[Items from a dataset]
*** Block opens ***
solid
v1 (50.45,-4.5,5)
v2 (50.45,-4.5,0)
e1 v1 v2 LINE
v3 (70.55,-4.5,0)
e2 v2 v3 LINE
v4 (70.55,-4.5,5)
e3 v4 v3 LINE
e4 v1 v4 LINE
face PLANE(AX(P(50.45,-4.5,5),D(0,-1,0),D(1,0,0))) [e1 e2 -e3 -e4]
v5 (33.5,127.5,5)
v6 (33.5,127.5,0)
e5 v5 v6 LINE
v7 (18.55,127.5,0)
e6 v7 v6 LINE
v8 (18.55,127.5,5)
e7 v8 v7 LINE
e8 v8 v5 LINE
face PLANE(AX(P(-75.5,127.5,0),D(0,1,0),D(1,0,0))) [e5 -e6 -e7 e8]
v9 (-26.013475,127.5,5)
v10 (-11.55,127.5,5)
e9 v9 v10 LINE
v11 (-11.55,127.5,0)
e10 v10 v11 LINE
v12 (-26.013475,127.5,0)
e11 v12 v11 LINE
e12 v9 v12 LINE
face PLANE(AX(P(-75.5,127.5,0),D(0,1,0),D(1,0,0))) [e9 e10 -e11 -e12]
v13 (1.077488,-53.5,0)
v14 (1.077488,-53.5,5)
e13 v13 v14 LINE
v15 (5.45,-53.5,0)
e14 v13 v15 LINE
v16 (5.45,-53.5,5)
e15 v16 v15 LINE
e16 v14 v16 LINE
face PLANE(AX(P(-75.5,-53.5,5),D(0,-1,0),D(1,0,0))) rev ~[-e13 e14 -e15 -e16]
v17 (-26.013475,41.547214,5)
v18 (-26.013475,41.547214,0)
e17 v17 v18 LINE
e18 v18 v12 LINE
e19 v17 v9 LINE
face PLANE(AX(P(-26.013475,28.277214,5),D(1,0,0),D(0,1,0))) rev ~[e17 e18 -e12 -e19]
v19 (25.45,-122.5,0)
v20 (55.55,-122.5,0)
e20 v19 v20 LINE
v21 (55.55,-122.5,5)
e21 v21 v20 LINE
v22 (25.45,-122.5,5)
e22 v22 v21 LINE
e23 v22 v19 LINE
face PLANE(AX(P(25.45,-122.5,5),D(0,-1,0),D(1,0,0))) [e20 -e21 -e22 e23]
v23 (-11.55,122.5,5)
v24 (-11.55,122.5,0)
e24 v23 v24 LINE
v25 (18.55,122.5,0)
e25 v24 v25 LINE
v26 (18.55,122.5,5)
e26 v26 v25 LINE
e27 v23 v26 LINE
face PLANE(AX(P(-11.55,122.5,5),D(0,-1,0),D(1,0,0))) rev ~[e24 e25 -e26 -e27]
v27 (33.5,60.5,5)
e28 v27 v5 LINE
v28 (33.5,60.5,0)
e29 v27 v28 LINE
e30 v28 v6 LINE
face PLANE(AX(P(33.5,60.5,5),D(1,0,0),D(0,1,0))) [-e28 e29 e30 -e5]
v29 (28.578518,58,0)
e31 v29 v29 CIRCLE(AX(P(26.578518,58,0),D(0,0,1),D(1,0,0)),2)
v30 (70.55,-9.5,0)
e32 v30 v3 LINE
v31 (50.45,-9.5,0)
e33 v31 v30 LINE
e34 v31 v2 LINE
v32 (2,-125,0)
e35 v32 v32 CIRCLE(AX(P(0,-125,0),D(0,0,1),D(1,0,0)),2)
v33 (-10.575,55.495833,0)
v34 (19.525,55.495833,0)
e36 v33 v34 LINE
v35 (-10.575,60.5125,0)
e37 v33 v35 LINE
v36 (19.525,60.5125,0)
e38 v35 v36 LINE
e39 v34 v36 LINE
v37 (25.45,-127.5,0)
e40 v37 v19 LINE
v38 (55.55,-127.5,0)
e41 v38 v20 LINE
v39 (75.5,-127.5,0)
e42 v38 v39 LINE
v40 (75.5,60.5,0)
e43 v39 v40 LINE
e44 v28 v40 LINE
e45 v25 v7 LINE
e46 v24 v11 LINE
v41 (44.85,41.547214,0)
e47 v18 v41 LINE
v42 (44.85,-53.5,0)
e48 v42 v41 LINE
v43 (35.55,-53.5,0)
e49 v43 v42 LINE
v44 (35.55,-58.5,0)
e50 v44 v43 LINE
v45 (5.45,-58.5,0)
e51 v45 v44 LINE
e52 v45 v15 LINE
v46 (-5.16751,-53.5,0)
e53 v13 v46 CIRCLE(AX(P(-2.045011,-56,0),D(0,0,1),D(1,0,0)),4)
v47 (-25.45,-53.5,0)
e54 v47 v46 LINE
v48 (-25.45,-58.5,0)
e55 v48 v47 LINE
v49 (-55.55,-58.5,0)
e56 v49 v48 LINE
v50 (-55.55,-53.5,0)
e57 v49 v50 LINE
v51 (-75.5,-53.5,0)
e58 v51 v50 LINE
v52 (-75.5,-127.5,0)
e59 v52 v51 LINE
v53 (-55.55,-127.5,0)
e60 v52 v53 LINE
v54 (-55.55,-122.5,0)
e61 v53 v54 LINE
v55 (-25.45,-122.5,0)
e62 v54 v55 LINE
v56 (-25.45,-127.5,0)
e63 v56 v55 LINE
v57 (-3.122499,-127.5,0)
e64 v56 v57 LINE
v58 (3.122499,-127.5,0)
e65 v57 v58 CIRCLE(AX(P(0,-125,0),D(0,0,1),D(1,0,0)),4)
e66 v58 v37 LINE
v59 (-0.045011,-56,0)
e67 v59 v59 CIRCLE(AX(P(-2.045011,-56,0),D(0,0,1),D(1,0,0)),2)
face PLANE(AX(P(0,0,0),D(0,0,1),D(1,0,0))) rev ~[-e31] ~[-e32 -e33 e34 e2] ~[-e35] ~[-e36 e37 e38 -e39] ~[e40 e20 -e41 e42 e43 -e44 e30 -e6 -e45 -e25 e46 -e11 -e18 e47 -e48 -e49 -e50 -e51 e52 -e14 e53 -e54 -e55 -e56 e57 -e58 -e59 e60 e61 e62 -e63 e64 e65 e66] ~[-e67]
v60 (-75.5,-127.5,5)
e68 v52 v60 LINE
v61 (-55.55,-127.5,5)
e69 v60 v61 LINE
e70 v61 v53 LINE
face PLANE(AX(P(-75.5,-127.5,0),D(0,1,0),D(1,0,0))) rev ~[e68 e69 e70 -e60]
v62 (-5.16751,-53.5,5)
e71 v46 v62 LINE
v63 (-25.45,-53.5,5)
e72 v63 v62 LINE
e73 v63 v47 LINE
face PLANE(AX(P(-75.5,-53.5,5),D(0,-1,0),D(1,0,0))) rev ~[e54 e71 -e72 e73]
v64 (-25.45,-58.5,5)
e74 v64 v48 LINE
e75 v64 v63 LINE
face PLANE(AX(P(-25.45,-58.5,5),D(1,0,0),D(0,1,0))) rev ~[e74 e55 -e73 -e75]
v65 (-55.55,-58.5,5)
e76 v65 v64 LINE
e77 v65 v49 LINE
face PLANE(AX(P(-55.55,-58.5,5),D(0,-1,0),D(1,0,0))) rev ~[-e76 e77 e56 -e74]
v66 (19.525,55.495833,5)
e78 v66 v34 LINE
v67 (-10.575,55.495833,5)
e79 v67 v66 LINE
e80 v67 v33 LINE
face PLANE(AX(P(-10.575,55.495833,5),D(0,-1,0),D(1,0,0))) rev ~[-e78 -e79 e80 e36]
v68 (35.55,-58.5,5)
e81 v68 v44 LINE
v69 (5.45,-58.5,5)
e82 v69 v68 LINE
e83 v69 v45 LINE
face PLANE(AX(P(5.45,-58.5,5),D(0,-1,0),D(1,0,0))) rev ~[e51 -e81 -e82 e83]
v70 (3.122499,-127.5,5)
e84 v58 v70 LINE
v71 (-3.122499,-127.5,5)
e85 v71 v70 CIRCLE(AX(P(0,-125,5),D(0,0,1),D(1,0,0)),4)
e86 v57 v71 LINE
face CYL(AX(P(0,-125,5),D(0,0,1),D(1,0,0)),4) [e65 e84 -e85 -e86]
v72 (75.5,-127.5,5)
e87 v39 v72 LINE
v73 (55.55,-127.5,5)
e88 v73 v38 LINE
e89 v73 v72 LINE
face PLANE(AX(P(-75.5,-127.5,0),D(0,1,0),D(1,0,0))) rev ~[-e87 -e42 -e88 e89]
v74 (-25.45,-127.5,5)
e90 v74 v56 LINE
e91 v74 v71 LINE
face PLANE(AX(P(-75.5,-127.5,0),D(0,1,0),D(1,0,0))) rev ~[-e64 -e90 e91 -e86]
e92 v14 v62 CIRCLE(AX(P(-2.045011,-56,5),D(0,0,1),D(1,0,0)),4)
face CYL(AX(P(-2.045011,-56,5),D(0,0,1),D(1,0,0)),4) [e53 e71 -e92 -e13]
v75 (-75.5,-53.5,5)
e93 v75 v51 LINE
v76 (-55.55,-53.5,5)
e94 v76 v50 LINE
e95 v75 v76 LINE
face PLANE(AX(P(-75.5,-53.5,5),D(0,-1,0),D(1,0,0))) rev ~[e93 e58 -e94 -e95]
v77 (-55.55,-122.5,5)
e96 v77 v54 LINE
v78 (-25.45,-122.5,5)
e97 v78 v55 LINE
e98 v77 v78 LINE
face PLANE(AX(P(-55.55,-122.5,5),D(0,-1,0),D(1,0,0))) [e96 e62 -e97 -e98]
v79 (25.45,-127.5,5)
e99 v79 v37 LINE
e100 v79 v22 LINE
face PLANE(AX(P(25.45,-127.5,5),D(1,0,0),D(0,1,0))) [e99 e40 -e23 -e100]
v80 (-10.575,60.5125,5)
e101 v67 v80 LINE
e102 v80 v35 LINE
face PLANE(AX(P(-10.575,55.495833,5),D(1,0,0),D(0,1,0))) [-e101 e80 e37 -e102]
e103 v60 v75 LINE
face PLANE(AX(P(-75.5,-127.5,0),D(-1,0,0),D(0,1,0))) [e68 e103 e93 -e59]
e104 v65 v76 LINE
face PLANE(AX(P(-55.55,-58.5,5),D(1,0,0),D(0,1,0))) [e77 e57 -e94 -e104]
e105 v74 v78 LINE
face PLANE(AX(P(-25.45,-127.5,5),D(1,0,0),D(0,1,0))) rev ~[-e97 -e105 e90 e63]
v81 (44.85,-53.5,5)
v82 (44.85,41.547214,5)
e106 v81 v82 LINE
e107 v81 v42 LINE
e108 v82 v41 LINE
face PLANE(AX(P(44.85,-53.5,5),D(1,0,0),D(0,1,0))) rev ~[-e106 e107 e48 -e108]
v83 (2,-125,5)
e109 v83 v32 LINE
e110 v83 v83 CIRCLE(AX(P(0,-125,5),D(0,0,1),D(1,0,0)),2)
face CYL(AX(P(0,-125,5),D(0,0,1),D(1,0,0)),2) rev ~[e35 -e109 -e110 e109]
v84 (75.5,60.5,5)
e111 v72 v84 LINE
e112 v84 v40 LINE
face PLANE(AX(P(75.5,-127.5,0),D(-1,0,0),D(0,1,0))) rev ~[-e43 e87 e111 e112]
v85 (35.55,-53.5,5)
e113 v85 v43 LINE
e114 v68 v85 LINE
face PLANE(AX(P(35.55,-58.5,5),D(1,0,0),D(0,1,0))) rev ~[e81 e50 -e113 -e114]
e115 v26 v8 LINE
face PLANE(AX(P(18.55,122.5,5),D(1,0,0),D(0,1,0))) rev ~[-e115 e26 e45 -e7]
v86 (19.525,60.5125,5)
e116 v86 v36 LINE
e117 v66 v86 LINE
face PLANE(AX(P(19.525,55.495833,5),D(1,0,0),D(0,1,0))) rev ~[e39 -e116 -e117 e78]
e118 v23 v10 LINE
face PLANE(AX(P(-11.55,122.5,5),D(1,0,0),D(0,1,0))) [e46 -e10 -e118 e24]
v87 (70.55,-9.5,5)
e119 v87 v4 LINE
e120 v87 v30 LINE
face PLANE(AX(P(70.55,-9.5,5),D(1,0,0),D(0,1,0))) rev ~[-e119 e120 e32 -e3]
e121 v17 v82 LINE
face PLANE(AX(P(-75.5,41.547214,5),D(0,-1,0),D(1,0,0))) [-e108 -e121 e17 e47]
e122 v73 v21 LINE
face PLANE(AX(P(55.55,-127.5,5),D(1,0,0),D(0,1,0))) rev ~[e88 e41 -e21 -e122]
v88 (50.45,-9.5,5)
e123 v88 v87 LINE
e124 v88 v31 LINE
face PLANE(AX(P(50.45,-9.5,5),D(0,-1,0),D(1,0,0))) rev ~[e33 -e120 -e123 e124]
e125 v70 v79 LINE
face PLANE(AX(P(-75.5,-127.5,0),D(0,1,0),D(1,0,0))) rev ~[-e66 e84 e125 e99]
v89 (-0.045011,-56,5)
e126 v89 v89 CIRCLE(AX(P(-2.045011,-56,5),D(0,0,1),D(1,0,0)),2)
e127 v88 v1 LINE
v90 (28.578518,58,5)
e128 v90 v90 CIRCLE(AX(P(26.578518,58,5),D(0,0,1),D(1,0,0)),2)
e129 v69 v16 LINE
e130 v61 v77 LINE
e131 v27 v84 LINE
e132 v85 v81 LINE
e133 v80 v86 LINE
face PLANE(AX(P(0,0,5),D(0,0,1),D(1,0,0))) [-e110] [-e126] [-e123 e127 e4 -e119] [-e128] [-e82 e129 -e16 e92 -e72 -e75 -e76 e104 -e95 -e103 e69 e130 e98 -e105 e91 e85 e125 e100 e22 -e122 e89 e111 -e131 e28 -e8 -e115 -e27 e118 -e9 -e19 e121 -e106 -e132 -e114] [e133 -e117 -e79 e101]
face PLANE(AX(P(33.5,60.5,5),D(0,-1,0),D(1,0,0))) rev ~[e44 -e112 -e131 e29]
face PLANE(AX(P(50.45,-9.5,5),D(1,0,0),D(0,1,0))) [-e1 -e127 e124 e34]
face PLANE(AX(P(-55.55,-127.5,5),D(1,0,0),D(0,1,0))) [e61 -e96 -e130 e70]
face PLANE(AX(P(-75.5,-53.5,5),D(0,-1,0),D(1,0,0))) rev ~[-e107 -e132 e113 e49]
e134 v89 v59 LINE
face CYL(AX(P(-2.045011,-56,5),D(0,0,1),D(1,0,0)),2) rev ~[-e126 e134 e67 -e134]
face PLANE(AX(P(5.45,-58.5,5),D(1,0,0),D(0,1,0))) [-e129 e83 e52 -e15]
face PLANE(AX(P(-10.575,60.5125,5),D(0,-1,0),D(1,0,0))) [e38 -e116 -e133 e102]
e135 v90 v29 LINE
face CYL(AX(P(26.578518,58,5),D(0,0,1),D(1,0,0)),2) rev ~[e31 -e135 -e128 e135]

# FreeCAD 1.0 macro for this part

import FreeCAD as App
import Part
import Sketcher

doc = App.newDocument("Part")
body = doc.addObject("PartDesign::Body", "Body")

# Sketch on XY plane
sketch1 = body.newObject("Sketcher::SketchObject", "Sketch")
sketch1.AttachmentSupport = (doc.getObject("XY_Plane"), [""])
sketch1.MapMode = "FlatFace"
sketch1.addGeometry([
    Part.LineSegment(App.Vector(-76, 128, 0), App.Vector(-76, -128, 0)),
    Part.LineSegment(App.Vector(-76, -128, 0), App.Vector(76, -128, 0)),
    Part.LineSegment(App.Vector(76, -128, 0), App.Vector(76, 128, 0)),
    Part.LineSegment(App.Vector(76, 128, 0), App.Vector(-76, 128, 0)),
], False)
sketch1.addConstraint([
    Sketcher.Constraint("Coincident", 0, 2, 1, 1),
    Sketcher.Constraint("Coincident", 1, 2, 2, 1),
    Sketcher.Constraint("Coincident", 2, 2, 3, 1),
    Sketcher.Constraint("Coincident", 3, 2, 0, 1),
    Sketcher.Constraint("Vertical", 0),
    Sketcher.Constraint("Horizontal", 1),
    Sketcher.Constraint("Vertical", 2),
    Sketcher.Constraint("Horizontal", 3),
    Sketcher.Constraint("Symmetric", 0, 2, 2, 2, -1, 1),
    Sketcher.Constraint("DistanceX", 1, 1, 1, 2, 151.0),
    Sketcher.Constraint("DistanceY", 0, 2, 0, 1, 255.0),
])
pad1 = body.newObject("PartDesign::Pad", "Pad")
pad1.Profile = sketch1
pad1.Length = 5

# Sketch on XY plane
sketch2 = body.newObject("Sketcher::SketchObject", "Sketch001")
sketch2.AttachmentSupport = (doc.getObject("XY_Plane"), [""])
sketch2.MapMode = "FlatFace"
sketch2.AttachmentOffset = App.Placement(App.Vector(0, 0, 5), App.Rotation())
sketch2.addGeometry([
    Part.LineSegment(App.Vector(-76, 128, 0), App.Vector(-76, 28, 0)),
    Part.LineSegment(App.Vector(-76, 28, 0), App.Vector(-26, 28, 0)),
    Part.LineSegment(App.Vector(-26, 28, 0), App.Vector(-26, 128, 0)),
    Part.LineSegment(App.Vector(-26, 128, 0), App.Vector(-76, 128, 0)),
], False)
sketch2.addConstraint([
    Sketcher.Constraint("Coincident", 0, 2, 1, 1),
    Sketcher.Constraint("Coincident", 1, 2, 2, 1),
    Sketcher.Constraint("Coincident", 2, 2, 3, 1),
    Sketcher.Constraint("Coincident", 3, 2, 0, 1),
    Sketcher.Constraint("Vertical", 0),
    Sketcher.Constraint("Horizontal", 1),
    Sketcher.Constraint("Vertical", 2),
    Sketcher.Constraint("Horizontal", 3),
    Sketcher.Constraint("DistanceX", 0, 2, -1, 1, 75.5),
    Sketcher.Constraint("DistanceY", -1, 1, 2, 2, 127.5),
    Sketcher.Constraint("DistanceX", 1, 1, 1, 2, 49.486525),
*** Block closes ***
ACTION ITEM:
In the entries above, one line contains "e41 v38 v20 LINE" and another contains "e73 v63 v47 LINE". Reproduce exactly those two lines and the lines between them, nothing else.

TASK ANSWER:
e41 v38 v20 LINE
v39 (75.5,-127.5,0)
e42 v38 v39 LINE
v40 (75.5,60.5,0)
e43 v39 v40 LINE
e44 v28 v40 LINE
e45 v25 v7 LINE
e46 v24 v11 LINE
v41 (44.85,41.547214,0)
e47 v18 v41 LINE
v42 (44.85,-53.5,0)
e48 v42 v41 LINE
v43 (35.55,-53.5,0)
e49 v43 v42 LINE
v44 (35.55,-58.5,0)
e50 v44 v43 LINE
v45 (5.45,-58.5,0)
e51 v45 v44 LINE
e52 v45 v15 LINE
v46 (-5.16751,-53.5,0)
e53 v13 v46 CIRCLE(AX(P(-2.045011,-56,0),D(0,0,1),D(1,0,0)),4)
v47 (-25.45,-53.5,0)
e54 v47 v46 LINE
v48 (-25.45,-58.5,0)
e55 v48 v47 LINE
v49 (-55.55,-58.5,0)
e56 v49 v48 LINE
v50 (-55.55,-53.5,0)
e57 v49 v50 LINE
v51 (-75.5,-53.5,0)
e58 v51 v50 LINE
v52 (-75.5,-127.5,0)
e59 v52 v51 LINE
v53 (-55.55,-127.5,0)
e60 v52 v53 LINE
v54 (-55.55,-122.5,0)
e61 v53 v54 LINE
v55 (-25.45,-122.5,0)
e62 v54 v55 LINE
v56 (-25.45,-127.5,0)
e63 v56 v55 LINE
v57 (-3.122499,-127.5,0)
e64 v56 v57 LINE
v58 (3.122499,-127.5,0)
e65 v57 v58 CIRCLE(AX(P(0,-125,0),D(0,0,1),D(1,0,0)),4)
e66 v58 v37 LINE
v59 (-0.045011,-56,0)
e67 v59 v59 CIRCLE(AX(P(-2.045011,-56,0),D(0,0,1),D(1,0,0)),2)
face PLANE(AX(P(0,0,0),D(0,0,1),D(1,0,0))) rev ~[-e31] ~[-e32 -e33 e34 e2] ~[-e35] ~[-e36 e37 e38 -e39] ~[e40 e20 -e41 e42 e43 -e44 e30 -e6 -e45 -e25 e46 -e11 -e18 e47 -e48 -e49 -e50 -e51 e52 -e14 e53 -e54 -e55 -e56 e57 -e58 -e59 e60 e61 e62 -e63 e64 e65 e66] ~[-e67]
v60 (-75.5,-127.5,5)
e68 v52 v60 LINE
v61 (-55.55,-127.5,5)
e69 v60 v61 LINE
e70 v61 v53 LINE
face PLANE(AX(P(-75.5,-127.5,0),D(0,1,0),D(1,0,0))) rev ~[e68 e69 e70 -e60]
v62 (-5.16751,-53.5,5)
e71 v46 v62 LINE
v63 (-25.45,-53.5,5)
e72 v63 v62 LINE
e73 v63 v47 LINE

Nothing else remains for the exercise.